Dan-El Padilla Peralta’s memoir (Penguin Books, 2015).

Dan-El Padilla Peralta’s memoir (Penguin Books, 2015).

The demographics of scholars studying antiquity have also proved to be a potential cause of the field’s insularity from today’s political landscape. Data from the last few years of placement service reports conducted by the Society for Classical Studies, the largest professional network for scholars working on Classical antiquity in the United States, revealed that of more than 500 candidates who enter into the academic job market each year, nearly 60% are male and over 90% are white. Gonzalez points to these numbers as blind spots that do a disservice to the field and students. “The demographics of the field should match the demographics of the country. What use is it to act as curators and fact-checkers if the field is still maintained by predominantly white men,” asks Gonzalez. “The diversity we embrace should occur along the lines of race, class, gender and sexuality. But even though diverse representation in our field is an admirable thing to aspire to, there is also the danger that representation on a limited scale will only allow other forms of inequality and asymmetry to persist, creating the possibility of interpreting that representation as tokenism, a perfunctory gesture to satisfy public concerns through the hiring of a privileged minority.”

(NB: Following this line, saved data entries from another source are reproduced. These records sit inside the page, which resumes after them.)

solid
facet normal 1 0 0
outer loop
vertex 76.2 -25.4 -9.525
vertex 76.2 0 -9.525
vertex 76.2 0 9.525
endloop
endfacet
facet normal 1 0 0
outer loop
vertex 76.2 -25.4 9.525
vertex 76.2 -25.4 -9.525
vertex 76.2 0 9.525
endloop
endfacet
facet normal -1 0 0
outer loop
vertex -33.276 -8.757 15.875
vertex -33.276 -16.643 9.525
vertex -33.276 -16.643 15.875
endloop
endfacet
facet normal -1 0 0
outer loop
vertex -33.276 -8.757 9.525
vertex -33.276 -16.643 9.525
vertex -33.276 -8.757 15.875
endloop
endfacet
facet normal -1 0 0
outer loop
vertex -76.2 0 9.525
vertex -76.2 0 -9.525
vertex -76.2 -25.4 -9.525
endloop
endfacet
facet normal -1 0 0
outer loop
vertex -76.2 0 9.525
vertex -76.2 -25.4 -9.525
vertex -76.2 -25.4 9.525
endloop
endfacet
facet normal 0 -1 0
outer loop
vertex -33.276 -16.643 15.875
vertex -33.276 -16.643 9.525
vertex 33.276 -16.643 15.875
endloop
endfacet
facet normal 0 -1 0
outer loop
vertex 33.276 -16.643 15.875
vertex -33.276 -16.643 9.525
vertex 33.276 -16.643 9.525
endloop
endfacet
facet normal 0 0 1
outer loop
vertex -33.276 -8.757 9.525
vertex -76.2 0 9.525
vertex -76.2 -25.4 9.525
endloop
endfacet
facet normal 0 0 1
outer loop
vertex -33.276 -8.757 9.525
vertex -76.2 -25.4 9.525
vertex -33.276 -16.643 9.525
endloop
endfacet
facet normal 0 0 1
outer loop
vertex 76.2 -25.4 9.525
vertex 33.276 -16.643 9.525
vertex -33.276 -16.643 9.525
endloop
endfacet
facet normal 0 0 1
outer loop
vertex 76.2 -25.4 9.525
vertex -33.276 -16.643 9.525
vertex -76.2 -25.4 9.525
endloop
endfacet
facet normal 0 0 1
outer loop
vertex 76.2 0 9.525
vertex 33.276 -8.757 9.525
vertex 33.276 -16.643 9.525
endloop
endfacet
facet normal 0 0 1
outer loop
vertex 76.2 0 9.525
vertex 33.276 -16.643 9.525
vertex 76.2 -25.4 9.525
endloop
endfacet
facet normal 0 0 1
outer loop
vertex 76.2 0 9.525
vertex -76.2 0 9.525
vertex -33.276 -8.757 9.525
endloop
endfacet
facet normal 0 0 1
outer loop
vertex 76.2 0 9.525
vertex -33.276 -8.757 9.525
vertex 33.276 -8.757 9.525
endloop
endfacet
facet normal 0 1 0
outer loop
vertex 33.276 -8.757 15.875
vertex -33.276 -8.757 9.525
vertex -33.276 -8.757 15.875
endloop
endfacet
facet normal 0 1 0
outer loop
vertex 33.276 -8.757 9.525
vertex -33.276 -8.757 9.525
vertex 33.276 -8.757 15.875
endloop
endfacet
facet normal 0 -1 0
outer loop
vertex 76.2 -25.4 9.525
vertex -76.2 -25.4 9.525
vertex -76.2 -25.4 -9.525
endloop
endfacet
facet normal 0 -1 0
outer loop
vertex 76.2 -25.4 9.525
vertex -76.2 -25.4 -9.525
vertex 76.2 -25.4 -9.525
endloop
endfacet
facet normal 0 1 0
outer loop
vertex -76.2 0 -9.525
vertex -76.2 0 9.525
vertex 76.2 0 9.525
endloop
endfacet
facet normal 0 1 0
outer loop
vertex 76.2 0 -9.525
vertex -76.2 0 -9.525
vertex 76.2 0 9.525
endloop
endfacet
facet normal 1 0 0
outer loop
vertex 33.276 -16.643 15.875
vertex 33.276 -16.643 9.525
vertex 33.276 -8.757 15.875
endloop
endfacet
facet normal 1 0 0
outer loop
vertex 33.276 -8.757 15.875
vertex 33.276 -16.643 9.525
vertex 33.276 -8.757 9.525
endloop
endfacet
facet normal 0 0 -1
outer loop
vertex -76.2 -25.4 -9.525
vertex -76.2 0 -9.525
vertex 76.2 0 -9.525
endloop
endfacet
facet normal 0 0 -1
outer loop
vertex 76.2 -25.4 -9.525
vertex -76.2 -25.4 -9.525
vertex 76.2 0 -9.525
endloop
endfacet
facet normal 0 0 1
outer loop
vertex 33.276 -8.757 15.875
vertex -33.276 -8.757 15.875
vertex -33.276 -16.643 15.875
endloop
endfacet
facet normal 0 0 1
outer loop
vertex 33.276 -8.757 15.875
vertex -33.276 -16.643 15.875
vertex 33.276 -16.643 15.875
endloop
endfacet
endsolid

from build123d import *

# Parameters (mm, degrees)
F0_W     = 152.4
F0_H     = 19.05
F1_DEPTH = 25.4
F2_W     = 66.552096
F2_H     = 7.88629
F3_DEPTH = 6.35


with BuildPart() as f1:
    # F0 (on Front) → F1 (new body)
    with BuildSketch(Plane.XZ):
        Rectangle(F0_W, F0_H)
    extrude(amount=F1_DEPTH)

    # F2 (on face) → F3 (join)
    with BuildSketch(Plane.XY.offset(9.525)):
        with Locations((0, -12.7)):
            Rectangle(F2_W, F2_H)
    extrude(amount=F3_DEPTH)


solid = f1.part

For Adriana Vazquez, Assistant Professor of Classics at the University of California, Los Angeles, understanding how to process these contemporary conversations bubbling up in the public discourse as a scholar has not only resulted in much reflection on the discipline and its pedagogical techniques, it has also surfaced more complicated questions about what it means to identify as Latinx and as a woman in a field that, for all its effort in trying to diversify, is still largely white and male. “I have struggled a lot myself with what my role in all this is. As a Latina in Classics, I have had to come to terms with my own marginalized status,” says Vazquez. “I’ve had a lot of sobering conversations with myself and looking back on the past and identifying moments of implicit bias, or moments where I felt myself or my voice discounted, or felt that I was asked to prove myself in ways that my peers who aren’t Latin and aren’t female didn’t have to do.” For scholars of color, navigating the professional academic sphere is already challenging enough; some feel that entering into these controversial, politically-contentious conversations, however necessary, would only push them further into professional precarity.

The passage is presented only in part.